§ **PROBLEM DESCRIPTION**: With the first line below as the start and the line containing "e16 v15 v16" as the end, copy every line between them exactly, ends included.

§ **GIVEN INFORMATION**:
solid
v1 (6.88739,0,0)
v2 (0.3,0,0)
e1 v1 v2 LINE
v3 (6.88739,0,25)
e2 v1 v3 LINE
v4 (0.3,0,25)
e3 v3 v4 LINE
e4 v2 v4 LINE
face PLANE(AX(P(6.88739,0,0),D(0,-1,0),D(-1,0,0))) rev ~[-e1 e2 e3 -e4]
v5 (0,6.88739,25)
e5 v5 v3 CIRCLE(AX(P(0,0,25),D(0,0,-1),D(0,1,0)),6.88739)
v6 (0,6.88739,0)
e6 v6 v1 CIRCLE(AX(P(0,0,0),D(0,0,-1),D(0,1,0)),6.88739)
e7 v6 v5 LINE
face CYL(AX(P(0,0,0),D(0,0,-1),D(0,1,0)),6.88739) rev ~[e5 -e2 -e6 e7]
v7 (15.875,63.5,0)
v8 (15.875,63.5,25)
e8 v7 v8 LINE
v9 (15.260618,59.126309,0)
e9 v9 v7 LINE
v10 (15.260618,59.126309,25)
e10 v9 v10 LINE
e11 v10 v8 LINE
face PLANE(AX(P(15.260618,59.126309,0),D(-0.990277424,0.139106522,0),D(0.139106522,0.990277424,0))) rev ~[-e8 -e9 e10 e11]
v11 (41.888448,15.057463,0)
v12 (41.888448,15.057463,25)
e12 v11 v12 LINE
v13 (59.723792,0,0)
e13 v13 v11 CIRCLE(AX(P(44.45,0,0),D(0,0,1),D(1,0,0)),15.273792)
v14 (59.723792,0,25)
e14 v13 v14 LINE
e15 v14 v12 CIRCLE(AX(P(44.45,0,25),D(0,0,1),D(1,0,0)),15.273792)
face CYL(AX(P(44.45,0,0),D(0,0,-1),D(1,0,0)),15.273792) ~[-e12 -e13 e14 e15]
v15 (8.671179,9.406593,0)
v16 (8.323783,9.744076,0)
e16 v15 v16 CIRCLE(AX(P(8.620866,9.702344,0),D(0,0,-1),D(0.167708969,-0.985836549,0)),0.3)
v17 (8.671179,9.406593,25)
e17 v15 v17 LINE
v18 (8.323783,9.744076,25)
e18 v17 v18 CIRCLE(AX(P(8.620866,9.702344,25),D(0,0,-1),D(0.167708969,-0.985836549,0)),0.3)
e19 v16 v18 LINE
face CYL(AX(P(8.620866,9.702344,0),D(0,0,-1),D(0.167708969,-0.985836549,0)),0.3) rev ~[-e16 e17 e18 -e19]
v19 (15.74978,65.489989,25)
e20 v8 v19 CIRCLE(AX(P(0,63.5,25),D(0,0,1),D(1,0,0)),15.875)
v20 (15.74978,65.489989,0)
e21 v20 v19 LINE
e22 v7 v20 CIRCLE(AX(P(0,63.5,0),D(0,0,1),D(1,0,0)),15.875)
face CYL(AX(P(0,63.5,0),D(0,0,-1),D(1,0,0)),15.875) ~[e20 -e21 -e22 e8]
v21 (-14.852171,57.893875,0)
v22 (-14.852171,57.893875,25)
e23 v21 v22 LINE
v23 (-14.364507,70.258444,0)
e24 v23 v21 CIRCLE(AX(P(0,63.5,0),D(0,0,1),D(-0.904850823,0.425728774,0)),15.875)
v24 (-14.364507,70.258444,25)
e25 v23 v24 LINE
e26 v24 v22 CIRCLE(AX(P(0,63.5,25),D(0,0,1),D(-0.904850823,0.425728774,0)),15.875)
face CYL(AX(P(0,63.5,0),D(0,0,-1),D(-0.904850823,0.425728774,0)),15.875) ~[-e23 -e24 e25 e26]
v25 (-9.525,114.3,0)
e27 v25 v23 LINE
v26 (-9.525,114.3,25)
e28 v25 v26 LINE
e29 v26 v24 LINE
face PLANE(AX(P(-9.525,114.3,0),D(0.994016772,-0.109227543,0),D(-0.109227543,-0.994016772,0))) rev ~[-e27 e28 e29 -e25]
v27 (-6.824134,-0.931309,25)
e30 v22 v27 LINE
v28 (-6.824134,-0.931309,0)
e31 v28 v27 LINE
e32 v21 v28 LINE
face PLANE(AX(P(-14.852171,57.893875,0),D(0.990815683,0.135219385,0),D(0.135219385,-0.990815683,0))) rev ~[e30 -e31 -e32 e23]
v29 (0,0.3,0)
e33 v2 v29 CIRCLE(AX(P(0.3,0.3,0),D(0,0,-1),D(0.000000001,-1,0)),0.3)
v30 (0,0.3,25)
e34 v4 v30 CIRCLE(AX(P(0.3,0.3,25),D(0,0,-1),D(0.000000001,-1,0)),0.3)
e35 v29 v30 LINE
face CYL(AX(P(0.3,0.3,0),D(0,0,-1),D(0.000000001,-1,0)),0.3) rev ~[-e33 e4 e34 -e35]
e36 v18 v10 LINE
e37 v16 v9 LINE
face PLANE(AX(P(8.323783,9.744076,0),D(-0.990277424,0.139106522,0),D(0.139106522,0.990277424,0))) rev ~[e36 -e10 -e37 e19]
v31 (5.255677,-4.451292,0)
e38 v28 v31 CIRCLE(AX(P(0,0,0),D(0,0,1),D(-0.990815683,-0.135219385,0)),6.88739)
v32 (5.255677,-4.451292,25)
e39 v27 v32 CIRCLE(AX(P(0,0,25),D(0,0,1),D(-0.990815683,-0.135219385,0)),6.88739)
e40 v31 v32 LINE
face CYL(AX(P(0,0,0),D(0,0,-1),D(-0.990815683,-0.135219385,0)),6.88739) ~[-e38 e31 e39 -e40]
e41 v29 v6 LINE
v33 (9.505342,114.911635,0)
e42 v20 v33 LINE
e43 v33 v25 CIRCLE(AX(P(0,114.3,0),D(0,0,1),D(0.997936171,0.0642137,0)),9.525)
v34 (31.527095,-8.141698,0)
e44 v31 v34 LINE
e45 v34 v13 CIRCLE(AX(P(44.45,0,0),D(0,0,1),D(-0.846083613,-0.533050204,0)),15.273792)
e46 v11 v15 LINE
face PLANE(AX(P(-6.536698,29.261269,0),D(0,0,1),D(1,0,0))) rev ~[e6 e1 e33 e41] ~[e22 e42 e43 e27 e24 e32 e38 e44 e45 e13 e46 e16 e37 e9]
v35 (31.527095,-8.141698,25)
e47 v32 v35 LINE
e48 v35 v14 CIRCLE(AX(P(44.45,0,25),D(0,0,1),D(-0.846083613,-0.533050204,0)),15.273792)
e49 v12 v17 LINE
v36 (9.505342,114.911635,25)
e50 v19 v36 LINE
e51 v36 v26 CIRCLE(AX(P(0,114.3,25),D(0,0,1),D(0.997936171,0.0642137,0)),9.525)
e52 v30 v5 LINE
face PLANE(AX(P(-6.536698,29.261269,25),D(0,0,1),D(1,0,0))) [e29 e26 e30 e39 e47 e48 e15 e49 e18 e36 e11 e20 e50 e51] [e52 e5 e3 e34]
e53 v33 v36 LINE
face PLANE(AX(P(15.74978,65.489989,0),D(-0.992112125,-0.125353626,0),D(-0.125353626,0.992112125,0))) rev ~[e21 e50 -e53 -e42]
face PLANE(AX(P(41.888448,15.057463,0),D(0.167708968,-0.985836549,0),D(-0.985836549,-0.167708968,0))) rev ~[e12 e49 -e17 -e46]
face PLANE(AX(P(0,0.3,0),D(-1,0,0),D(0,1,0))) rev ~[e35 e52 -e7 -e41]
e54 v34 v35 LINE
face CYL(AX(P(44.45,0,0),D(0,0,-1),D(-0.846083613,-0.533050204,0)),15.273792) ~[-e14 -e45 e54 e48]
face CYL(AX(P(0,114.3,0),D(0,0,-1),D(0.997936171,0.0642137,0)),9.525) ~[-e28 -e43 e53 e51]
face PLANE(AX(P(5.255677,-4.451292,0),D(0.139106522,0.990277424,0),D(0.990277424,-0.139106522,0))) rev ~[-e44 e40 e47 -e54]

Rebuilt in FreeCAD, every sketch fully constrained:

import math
import FreeCAD as App
import Part
import Sketcher

doc = App.newDocument("Part")
body = doc.addObject("PartDesign::Body", "Body")

# Sketch on XY plane
sketch1 = body.newObject("Sketcher::SketchObject", "Sketch")
sketch1.AttachmentSupport = (doc.getObject("XY_Plane"), [""])
sketch1.MapMode = "FlatFace"
sketch1.addGeometry(Part.LineSegment(App.Vector(5.26, -4.45, 0), App.Vector(31.53, -8.14, 0)), False)
sketch1.addGeometry(Part.ArcOfCircle(Part.Circle(App.Vector(44.45, 0, 0), App.Vector(0, 0, 1), 15.27), math.radians(-148), math.radians(0)), False)
sketch1.addGeometry(Part.ArcOfCircle(Part.Circle(App.Vector(44.45, 0, 0), App.Vector(0, 0, 1), 15.27), math.radians(0), math.radians(100)), False)
sketch1.addGeometry(Part.LineSegment(App.Vector(41.89, 15.06, 0), App.Vector(8.67, 9.41, 0)), False)
sketch1.addGeometry(Part.ArcOfCircle(Part.Circle(App.Vector(8.62, 9.7, 0), App.Vector(0, 0, 1), 0.3), math.radians(172), math.radians(280)), False)
sketch1.addGeometry(Part.LineSegment(App.Vector(8.32, 9.74, 0), App.Vector(15.26, 59.13, 0)), False)
sketch1.addGeometry(Part.LineSegment(App.Vector(15.26, 59.13, 0), App.Vector(15.88, 63.5, 0)), False)
sketch1.addGeometry(Part.ArcOfCircle(Part.Circle(App.Vector(0, 63.5, 0), App.Vector(0, 0, 1), 15.88), math.radians(0), math.radians(7.2)), False)
sketch1.addGeometry(Part.LineSegment(App.Vector(15.75, 65.49, 0), App.Vector(9.51, 114.91, 0)), False)
sketch1.addGeometry(Part.ArcOfCircle(Part.Circle(App.Vector(0, 114.3, 0), App.Vector(0, 0, 1), 9.53), math.radians(4), math.radians(180)), False)
sketch1.addGeometry(Part.LineSegment(App.Vector(-9.53, 114.3, 0), App.Vector(-14.36, 70.26, 0)), False)
sketch1.addGeometry(Part.ArcOfCircle(Part.Circle(App.Vector(0, 63.5, 0), App.Vector(0, 0, 1), 15.88), math.radians(155), math.radians(201)), False)
sketch1.addGeometry(Part.LineSegment(App.Vector(-14.85, 57.89, 0), App.Vector(-6.82, -0.93, 0)), False)
sketch1.addGeometry(Part.ArcOfCircle(Part.Circle(App.Vector(0, 0, 0), App.Vector(0, 0, 1), 6.89), math.radians(-172), math.radians(-40)), False)
sketch1.addGeometry(Part.ArcOfCircle(Part.Circle(App.Vector(0, 0, 0), App.Vector(0, 0, 1), 6.89), math.radians(0), math.radians(90)), False)
sketch1.addGeometry(Part.LineSegment(App.Vector(6.89, 0, 0), App.Vector(0.3, 0, 0)), False)
sketch1.addGeometry(Part.ArcOfCircle(Part.Circle(App.Vector(0.3, 0.3, 0), App.Vector(0, 0, 1), 0.3), math.radians(180), math.radians(270)), False)
sketch1.addGeometry(Part.LineSegment(App.Vector(0, 0.3, 0), App.Vector(0, 6.89, 0)), False)
sketch1.addConstraint(Sketcher.Constraint("Coincident", 0, 2, 1, 1))
sketch1.addConstraint(Sketcher.Constraint("Tangent", 1, 2, 2, 1))
sketch1.addConstraint(Sketcher.Constraint("Tangent", 2, 2, 3, 1))
sketch1.addConstraint(Sketcher.Constraint("Tangent", 3, 2, 4, 2))
sketch1.addConstraint(Sketcher.Constraint("Tangent", 4, 1, 5, 1))
sketch1.addConstraint(Sketcher.Constraint("Coincident", 5, 2, 6, 1))
sketch1.addConstraint(Sketcher.Constraint("Coincident", 6, 2, 7, 1))
sketch1.addConstraint(Sketcher.Constraint("Tangent", 7, 2, 8, 1))
sketch1.addConstraint(Sketcher.Constraint("Coincident", 8, 2, 9, 1))
sketch1.addConstraint(Sketcher.Constraint("Coincident", 9, 2, 10, 1))
sketch1.addConstraint(Sketcher.Constraint("Coincident", 10, 2, 11, 1))
sketch1.addConstraint(Sketcher.Constraint("Coincident", 11, 2, 12, 1))
sketch1.addConstraint(Sketcher.Constraint("Tangent", 12, 2, 13, 1))
sketch1.addConstraint(Sketcher.Constraint("Coincident", 13, 2, 0, 1))
sketch1.addConstraint(Sketcher.Constraint("Coincident", 14, 1, 15, 1))
sketch1.addConstraint(Sketcher.Constraint("Tangent", 15, 2, 16, 2))
sketch1.addConstraint(Sketcher.Constraint("Tangent", 16, 1, 17, 1))
sketch1.addConstraint(Sketcher.Constraint("Coincident", 17, 2, 14, 2))
sketch1.addConstraint(Sketcher.Constraint("Horizontal", 15))
sketch1.addConstraint(Sketcher.Constraint("Vertical", 17))
sketch1.addConstraint(Sketcher.Constraint("Coincident", 13, 3, -1, 1))
sketch1.addConstraint(Sketcher.Constraint("Coincident", 14, 3, -1, 1))
sketch1.addConstraint(Sketcher.Constraint("Coincident", 11, 3, 7, 3))
sketch1.addConstraint(Sketcher.Constraint("Equal", 1, 2))
sketch1.addConstraint(Sketcher.Constraint("Equal", 7, 11))
sketch1.addConstraint(Sketcher.Constraint("Equal", 13, 14))
sketch1.addConstraint(Sketcher.Constraint("Equal", 4, 16))
sketch1.addConstraint(Sketcher.Constraint("PointOnObject", 1, 3, -1))
sketch1.addConstraint(Sketcher.Constraint("PointOnObject", 7, 3, -2))
sketch1.addConstraint(Sketcher.Constraint("PointOnObject", 9, 3, -2))
sketch1.addConstraint(Sketcher.Constraint("PointOnObject", 1, 2, -1))
sketch1.addConstraint(Sketcher.Constraint("PointOnObject", 14, 1, -1))
sketch1.addConstraint(Sketcher.Constraint("PointOnObject", 16, 1, -2))
sketch1.addConstraint(Sketcher.Constraint("Perpendicular", 0, 5))
sketch1.addConstraint(Sketcher.Constraint("Parallel", 5, 6))
sketch1.addConstraint(Sketcher.Constraint("Horizontal", 11, 3, 6, 2))
sketch1.addConstraint(Sketcher.Constraint("Radius", 4, 0.3))
sketch1.addConstraint(Sketcher.Constraint("Radius", 7, 15.875))
sketch1.addConstraint(Sketcher.Constraint("Radius", 9, 9.525))
sketch1.addConstraint(Sketcher.Constraint("DistanceY", -1, 1, 7, 3, 63.5))
sketch1.addConstraint(Sketcher.Constraint("DistanceY", -1, 1, 9, 3, 114.3))
sketch1.addConstraint(Sketcher.Constraint("DistanceY", -1, 1, 9, 2, 114.3))
sketch1.addConstraint(Sketcher.Constraint("DistanceX", -1, 1, 1, 3, 44.45))
sketch1.addConstraint(Sketcher.Constraint("Radius", 13, 6.88739))
sketch1.addConstraint(Sketcher.Constraint("Radius", 1, 15.273792))
sketch1.addConstraint(Sketcher.Constraint("Distance", 3, 33.694499))
sketch1.addConstraint(Sketcher.Constraint("DistanceY", 0, 2, -1, 1, 8.141698))
sketch1.addConstraint(Sketcher.Constraint("DistanceY", 12, 2, 3, 2, 10.337902))
sketch1.addConstraint(Sketcher.Constraint("Distance", 5, 49.86707))
sketch1.addConstraint(Sketcher.Constraint("Distance", 12, 59.370461))
sketch1.addConstraint(Sketcher.Constraint("DistanceY", 11, 2, 10, 2, 12.364569))
sketch1.addConstraint(Sketcher.Constraint("Distance", 8, 49.814578))
pad1 = body.newObject("PartDesign::Pad", "Pad")
pad1.Profile = sketch1
pad1.Length = 25

doc.recompute()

§ **WORKED SOLUTION**:
solid
v1 (6.88739,0,0)
v2 (0.3,0,0)
e1 v1 v2 LINE
v3 (6.88739,0,25)
e2 v1 v3 LINE
v4 (0.3,0,25)
e3 v3 v4 LINE
e4 v2 v4 LINE
face PLANE(AX(P(6.88739,0,0),D(0,-1,0),D(-1,0,0))) rev ~[-e1 e2 e3 -e4]
v5 (0,6.88739,25)
e5 v5 v3 CIRCLE(AX(P(0,0,25),D(0,0,-1),D(0,1,0)),6.88739)
v6 (0,6.88739,0)
e6 v6 v1 CIRCLE(AX(P(0,0,0),D(0,0,-1),D(0,1,0)),6.88739)
e7 v6 v5 LINE
face CYL(AX(P(0,0,0),D(0,0,-1),D(0,1,0)),6.88739) rev ~[e5 -e2 -e6 e7]
v7 (15.875,63.5,0)
v8 (15.875,63.5,25)
e8 v7 v8 LINE
v9 (15.260618,59.126309,0)
e9 v9 v7 LINE
v10 (15.260618,59.126309,25)
e10 v9 v10 LINE
e11 v10 v8 LINE
face PLANE(AX(P(15.260618,59.126309,0),D(-0.990277424,0.139106522,0),D(0.139106522,0.990277424,0))) rev ~[-e8 -e9 e10 e11]
v11 (41.888448,15.057463,0)
v12 (41.888448,15.057463,25)
e12 v11 v12 LINE
v13 (59.723792,0,0)
e13 v13 v11 CIRCLE(AX(P(44.45,0,0),D(0,0,1),D(1,0,0)),15.273792)
v14 (59.723792,0,25)
e14 v13 v14 LINE
e15 v14 v12 CIRCLE(AX(P(44.45,0,25),D(0,0,1),D(1,0,0)),15.273792)
face CYL(AX(P(44.45,0,0),D(0,0,-1),D(1,0,0)),15.273792) ~[-e12 -e13 e14 e15]
v15 (8.671179,9.406593,0)
v16 (8.323783,9.744076,0)
e16 v15 v16 CIRCLE(AX(P(8.620866,9.702344,0),D(0,0,-1),D(0.167708969,-0.985836549,0)),0.3)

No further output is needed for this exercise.